Saved data entries:
■ ■ ■ ■

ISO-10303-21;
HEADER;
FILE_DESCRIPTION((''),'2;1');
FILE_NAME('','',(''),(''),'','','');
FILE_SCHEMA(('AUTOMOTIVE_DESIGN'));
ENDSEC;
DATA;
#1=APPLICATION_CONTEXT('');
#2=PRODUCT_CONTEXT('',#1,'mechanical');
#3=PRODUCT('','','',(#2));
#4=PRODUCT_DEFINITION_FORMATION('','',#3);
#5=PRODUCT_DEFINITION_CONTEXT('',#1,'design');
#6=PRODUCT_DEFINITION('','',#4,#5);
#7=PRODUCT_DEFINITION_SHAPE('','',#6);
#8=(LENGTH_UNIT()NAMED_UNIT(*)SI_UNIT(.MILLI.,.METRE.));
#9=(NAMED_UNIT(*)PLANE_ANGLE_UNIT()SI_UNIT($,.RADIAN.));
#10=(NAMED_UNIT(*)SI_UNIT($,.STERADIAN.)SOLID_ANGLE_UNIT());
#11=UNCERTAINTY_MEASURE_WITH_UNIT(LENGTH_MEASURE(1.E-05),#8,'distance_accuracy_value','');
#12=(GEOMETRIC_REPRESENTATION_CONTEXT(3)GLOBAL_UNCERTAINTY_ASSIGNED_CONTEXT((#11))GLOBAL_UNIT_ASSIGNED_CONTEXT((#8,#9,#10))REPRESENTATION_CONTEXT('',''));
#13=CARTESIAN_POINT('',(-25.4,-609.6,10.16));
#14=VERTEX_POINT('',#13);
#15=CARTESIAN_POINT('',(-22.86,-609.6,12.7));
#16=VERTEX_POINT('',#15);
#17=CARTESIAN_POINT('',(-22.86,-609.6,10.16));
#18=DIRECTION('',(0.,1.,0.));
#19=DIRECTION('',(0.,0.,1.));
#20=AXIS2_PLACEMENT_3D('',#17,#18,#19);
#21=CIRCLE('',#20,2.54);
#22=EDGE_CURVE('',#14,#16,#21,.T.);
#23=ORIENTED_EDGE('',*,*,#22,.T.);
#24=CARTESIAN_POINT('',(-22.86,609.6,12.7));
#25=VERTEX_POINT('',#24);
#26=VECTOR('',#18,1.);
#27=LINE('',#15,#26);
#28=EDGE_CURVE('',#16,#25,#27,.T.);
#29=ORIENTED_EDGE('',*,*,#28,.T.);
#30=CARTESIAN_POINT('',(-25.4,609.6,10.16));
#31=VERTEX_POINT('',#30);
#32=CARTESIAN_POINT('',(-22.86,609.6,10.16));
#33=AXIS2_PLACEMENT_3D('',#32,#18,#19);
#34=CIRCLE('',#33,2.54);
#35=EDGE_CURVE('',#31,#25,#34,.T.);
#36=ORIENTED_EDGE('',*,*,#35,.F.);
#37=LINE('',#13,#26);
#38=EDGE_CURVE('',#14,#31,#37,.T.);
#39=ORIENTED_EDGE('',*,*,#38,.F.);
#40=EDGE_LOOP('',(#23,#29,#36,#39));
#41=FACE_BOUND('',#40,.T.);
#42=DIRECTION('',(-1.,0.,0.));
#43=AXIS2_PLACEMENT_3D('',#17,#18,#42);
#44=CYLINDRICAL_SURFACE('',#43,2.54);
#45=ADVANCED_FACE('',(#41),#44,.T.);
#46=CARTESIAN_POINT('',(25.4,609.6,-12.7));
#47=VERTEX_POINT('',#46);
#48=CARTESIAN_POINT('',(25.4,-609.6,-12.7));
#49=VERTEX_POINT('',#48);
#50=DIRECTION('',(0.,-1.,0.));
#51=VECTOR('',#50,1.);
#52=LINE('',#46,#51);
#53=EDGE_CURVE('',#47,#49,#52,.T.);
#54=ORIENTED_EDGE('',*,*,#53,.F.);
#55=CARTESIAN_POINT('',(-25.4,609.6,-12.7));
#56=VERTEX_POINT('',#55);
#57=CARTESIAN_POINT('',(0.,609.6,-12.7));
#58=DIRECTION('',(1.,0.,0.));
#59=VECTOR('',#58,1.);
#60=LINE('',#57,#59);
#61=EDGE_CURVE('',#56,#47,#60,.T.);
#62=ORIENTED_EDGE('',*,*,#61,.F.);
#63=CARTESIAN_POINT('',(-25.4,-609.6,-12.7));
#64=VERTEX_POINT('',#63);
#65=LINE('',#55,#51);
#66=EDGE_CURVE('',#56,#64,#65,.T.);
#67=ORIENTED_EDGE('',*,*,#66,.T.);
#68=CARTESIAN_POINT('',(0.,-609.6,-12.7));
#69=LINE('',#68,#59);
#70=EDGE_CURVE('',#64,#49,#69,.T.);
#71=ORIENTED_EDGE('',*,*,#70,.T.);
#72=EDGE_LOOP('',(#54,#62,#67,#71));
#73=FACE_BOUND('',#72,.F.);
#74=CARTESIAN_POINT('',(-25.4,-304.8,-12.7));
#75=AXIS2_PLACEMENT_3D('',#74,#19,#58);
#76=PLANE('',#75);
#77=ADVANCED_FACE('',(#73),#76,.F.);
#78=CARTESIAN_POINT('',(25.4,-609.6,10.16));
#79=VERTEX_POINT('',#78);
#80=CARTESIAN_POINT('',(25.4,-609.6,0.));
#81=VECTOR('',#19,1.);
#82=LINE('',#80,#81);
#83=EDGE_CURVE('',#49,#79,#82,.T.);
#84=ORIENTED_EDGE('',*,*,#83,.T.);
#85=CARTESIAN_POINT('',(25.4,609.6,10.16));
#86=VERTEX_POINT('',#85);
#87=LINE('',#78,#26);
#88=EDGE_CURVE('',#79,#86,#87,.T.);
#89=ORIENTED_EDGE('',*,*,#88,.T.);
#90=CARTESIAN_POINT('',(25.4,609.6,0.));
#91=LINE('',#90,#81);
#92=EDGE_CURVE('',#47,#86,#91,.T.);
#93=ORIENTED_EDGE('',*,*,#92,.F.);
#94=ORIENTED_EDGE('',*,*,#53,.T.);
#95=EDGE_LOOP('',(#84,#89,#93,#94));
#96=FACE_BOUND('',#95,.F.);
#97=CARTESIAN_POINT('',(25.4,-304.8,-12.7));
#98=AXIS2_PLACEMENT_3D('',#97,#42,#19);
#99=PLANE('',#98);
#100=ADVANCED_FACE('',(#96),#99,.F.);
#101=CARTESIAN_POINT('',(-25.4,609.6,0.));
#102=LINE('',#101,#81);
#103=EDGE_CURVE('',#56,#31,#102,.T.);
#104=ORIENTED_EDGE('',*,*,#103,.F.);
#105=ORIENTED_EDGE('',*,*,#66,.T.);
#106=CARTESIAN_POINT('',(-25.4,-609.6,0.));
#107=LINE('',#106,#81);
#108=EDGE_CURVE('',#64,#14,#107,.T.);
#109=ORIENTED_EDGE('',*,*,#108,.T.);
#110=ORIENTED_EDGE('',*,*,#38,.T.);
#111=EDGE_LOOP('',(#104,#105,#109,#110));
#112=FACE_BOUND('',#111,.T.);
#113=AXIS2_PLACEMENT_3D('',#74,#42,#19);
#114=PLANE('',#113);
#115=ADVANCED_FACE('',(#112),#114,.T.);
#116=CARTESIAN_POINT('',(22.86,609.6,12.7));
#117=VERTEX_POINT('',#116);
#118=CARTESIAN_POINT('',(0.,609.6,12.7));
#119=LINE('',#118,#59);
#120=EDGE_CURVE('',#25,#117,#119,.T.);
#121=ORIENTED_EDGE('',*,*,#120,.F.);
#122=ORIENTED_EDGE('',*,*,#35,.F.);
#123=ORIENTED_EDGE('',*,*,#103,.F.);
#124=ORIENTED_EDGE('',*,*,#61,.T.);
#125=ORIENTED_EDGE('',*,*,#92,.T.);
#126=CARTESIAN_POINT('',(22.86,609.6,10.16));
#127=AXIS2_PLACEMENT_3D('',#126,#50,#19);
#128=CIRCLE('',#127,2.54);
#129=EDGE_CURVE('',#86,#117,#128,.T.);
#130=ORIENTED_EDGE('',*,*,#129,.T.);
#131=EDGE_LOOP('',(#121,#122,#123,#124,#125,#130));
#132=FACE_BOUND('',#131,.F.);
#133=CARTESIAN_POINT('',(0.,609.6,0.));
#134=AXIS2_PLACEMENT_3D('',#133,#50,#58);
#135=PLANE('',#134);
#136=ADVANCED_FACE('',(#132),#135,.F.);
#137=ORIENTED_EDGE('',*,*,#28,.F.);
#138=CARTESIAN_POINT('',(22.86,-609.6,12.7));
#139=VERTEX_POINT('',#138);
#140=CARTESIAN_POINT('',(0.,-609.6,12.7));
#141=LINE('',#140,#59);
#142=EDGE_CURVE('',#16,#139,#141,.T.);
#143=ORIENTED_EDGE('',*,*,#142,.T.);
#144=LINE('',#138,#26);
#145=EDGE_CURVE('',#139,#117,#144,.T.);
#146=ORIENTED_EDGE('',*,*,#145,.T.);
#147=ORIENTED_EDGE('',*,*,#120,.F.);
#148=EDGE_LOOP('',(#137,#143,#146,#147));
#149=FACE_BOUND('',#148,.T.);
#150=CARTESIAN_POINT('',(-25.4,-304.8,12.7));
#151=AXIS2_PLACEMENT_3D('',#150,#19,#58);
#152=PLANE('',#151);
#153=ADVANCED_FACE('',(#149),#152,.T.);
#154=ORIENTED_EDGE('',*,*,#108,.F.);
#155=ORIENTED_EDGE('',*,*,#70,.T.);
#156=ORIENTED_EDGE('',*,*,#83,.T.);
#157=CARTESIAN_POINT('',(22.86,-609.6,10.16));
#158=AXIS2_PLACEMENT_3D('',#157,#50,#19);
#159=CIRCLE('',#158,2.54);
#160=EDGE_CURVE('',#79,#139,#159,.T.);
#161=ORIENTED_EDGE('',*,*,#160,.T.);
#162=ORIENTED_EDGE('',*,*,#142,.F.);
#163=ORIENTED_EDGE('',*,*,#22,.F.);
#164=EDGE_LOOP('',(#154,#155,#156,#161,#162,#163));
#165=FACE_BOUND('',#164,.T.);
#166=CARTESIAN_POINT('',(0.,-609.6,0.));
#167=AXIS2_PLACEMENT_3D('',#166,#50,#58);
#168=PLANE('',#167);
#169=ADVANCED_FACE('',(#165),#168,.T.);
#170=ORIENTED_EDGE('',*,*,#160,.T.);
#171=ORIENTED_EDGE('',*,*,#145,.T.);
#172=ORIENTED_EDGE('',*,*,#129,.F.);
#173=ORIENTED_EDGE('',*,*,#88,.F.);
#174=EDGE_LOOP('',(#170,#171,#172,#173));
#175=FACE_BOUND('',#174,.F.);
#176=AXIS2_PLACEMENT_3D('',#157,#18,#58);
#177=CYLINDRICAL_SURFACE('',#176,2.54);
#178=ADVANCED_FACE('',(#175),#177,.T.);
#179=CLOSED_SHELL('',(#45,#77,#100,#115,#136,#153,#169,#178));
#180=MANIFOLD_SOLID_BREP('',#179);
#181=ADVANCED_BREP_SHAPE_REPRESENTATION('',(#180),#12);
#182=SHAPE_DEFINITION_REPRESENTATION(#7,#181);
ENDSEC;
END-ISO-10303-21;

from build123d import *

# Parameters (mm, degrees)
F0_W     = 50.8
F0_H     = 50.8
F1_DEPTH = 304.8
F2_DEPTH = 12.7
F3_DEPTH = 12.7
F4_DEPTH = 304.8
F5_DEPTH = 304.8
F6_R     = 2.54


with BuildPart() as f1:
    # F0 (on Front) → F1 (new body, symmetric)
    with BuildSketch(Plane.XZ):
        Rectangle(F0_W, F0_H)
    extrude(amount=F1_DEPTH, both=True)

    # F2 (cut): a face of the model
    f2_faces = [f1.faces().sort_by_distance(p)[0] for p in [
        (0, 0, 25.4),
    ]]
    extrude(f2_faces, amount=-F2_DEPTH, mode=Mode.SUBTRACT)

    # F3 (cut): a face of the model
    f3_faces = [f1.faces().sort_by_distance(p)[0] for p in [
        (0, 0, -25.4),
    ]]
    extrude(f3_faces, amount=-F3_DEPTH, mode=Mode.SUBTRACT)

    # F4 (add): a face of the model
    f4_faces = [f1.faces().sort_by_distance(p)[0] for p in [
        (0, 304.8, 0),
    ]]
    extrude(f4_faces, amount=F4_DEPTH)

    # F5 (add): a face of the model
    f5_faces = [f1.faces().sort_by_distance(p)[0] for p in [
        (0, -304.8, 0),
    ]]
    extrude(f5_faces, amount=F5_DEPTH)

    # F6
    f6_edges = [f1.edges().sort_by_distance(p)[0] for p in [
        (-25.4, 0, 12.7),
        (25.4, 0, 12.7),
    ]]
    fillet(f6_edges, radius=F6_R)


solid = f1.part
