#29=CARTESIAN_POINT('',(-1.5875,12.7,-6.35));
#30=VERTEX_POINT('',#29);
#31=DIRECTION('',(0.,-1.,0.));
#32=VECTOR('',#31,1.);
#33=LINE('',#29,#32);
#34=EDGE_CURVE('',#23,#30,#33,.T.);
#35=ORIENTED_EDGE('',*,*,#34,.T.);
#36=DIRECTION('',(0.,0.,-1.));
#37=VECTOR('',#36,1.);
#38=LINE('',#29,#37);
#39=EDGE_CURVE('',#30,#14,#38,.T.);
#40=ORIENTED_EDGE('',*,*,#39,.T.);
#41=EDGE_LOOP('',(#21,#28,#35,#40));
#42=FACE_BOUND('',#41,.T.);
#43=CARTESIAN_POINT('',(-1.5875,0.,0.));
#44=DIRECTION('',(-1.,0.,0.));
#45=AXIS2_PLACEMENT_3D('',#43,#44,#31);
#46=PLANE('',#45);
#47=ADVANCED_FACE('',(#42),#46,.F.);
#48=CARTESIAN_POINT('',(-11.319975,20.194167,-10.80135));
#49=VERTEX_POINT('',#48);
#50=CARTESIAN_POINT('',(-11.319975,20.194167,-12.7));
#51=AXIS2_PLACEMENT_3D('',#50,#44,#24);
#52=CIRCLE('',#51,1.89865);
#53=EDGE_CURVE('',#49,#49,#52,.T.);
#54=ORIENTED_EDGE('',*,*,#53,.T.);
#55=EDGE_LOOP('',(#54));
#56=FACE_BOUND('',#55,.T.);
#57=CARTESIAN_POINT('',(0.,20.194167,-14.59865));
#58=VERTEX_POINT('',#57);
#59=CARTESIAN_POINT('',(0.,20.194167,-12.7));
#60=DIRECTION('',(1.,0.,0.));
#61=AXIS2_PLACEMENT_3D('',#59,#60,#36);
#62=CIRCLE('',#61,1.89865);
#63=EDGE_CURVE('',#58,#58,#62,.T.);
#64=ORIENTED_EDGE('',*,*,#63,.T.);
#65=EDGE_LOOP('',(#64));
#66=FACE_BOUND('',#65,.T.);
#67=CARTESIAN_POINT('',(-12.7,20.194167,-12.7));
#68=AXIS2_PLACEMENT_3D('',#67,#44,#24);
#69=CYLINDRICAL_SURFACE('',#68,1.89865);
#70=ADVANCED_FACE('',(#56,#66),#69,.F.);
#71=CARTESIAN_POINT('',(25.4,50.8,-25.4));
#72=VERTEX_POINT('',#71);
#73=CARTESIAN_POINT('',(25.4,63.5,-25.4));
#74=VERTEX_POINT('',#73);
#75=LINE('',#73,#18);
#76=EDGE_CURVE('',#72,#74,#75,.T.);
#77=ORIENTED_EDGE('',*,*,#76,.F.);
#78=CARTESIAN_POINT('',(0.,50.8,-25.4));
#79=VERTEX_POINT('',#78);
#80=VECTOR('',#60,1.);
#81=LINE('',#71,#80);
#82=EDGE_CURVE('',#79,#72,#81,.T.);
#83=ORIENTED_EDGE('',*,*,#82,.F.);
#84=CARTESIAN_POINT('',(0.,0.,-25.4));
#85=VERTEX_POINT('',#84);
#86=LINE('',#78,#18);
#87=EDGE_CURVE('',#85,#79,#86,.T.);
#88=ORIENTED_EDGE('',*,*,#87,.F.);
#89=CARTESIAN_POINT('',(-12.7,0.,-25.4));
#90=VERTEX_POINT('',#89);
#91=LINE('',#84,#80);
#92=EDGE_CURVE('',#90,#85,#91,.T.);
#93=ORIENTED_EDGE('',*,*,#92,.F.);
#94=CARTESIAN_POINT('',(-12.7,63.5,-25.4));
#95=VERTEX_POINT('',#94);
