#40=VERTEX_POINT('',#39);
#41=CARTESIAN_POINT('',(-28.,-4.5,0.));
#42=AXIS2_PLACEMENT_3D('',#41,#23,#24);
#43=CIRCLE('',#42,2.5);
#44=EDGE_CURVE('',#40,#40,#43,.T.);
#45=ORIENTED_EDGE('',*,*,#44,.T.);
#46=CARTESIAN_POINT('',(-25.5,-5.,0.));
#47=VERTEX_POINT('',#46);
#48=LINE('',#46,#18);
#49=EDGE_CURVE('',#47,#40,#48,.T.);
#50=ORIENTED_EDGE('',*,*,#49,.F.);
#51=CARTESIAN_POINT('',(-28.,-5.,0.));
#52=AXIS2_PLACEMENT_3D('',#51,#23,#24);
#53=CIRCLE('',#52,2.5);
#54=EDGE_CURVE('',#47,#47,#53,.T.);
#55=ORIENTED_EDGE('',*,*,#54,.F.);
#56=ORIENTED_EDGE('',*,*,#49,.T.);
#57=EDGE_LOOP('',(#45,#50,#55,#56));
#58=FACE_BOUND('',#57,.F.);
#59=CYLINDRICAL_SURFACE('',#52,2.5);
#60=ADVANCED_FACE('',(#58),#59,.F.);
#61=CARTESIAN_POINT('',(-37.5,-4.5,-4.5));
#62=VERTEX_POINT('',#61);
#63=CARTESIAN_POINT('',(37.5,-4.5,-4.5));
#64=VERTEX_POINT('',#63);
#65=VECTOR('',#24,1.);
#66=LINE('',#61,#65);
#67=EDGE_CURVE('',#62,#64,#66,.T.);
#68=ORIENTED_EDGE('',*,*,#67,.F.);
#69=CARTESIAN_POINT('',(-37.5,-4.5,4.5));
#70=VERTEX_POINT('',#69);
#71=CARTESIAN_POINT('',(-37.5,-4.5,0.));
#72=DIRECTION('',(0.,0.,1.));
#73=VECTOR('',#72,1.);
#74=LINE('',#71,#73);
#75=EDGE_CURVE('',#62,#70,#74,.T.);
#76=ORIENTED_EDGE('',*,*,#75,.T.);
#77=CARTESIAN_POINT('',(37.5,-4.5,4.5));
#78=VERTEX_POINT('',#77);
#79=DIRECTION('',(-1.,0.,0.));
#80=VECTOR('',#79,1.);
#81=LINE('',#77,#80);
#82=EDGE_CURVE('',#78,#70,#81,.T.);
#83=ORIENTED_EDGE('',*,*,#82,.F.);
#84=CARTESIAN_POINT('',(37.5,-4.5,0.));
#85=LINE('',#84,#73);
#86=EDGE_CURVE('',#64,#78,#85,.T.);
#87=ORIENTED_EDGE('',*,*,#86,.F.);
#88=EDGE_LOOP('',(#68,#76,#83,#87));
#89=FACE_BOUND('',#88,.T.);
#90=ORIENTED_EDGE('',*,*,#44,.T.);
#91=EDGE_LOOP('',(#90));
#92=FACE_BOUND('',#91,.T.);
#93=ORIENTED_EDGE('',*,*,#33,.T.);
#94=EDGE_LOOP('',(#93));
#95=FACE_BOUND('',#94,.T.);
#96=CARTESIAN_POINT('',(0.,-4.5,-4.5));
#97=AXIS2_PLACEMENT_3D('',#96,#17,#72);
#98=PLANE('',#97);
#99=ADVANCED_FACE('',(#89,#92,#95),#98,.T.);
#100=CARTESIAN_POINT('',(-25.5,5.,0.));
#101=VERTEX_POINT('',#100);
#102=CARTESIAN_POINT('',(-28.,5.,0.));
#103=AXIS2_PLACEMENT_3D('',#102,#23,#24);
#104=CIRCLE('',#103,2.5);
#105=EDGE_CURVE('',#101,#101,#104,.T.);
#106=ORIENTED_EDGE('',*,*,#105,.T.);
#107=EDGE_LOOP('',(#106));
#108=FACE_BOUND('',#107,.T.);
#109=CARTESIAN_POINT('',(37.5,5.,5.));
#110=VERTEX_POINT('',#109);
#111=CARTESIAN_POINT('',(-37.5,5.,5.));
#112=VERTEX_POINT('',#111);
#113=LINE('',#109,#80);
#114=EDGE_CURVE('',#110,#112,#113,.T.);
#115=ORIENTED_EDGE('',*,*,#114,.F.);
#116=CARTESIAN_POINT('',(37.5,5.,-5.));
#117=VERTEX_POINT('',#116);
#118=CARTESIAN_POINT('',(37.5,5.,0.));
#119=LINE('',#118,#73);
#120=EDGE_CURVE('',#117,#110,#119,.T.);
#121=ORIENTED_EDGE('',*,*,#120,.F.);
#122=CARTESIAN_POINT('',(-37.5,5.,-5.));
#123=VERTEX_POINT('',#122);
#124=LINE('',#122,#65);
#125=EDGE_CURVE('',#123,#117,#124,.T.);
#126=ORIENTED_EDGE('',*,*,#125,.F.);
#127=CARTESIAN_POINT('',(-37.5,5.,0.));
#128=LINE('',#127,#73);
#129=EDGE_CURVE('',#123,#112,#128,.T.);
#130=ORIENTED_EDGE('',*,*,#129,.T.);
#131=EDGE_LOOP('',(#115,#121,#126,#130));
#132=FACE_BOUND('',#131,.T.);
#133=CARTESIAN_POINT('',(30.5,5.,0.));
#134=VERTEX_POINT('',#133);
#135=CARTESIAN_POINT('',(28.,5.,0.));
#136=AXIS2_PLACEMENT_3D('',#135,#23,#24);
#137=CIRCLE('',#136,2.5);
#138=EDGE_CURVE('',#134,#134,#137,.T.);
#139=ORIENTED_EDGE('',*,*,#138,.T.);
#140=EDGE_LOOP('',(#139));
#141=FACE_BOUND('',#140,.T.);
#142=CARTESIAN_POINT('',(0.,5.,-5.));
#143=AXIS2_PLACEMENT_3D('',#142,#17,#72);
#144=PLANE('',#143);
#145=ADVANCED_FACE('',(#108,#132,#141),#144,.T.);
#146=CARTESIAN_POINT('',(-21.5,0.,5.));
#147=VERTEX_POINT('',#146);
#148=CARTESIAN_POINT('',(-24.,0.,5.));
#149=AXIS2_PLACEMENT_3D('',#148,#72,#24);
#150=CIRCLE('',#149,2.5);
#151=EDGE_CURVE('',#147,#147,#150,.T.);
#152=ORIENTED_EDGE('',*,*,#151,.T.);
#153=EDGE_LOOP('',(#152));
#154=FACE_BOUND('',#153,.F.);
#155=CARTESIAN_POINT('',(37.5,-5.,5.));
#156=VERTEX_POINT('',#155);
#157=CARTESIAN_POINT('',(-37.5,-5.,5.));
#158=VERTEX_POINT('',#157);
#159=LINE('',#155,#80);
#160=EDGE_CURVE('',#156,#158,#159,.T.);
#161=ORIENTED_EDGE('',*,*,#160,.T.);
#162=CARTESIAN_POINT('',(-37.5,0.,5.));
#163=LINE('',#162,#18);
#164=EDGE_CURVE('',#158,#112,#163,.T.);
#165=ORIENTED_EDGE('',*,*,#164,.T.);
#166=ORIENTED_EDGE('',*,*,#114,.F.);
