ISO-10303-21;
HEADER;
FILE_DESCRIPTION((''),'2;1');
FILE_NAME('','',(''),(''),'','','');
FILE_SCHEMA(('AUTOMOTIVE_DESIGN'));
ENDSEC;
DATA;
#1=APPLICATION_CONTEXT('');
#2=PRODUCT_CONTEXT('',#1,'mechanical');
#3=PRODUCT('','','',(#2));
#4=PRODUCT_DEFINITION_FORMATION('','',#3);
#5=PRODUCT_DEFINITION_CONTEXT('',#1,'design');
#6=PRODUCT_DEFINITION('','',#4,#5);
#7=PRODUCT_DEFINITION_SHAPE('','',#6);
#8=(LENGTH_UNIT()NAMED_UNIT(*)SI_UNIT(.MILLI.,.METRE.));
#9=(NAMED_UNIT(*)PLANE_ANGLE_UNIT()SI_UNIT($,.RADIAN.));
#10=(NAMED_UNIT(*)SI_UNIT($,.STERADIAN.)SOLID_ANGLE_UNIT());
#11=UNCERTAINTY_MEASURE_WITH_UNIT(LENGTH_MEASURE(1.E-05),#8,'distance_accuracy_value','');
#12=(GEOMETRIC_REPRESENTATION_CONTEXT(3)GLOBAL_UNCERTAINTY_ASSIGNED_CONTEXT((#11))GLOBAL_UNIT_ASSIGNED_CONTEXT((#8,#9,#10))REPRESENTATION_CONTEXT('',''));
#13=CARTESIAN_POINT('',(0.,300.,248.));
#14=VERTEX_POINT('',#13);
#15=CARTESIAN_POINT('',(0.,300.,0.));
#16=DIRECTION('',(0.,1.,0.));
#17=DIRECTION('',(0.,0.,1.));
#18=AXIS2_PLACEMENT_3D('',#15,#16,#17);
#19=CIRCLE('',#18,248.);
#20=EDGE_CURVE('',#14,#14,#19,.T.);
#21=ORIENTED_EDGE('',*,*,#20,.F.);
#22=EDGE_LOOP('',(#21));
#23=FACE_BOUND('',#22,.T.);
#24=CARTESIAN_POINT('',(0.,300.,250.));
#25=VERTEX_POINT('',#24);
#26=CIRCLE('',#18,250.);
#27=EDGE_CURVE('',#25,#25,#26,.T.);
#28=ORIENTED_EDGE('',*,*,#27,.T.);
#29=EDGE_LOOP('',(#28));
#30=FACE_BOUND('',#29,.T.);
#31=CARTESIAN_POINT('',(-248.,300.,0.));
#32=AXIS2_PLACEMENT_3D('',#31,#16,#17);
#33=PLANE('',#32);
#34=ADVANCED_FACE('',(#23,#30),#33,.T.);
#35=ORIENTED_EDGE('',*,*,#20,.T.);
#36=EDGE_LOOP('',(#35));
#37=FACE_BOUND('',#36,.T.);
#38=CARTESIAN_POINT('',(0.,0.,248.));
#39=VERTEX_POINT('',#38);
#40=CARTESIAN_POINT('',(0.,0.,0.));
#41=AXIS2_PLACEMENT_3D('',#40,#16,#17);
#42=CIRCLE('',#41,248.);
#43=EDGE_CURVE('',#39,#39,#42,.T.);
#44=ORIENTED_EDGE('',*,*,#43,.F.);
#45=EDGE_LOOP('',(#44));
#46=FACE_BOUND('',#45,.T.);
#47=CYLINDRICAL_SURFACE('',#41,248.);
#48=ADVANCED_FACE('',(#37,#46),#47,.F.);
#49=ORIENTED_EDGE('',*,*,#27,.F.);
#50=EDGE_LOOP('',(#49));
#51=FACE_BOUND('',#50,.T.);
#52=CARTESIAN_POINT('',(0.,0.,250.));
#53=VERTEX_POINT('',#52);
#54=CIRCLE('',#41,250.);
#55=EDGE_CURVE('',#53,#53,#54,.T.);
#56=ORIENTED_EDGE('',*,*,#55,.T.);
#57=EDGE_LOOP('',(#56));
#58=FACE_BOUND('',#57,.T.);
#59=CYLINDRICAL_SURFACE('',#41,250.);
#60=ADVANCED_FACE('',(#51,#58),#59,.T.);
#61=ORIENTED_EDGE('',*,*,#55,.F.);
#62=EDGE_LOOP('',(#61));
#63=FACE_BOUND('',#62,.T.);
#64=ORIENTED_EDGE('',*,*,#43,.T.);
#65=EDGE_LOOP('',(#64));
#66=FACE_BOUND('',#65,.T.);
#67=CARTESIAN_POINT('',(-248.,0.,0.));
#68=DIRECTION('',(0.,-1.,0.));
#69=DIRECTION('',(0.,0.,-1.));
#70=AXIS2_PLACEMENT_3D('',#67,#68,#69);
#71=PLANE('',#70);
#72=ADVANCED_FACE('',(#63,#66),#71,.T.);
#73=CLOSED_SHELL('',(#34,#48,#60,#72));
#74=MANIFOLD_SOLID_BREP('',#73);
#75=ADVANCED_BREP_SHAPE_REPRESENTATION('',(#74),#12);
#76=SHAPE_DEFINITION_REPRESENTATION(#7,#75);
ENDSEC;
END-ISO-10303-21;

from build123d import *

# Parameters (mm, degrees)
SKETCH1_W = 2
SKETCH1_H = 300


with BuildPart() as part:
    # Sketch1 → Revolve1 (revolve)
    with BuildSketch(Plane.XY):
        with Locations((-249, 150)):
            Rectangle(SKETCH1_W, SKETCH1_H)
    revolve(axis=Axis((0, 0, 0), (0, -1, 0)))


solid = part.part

■ ■ ■ ■

▶ EXERCISE GOAL: Nothing but a number belongs in the answer: the tally of lines in the data holding "VECTOR".

▶ TASK RESULT: 10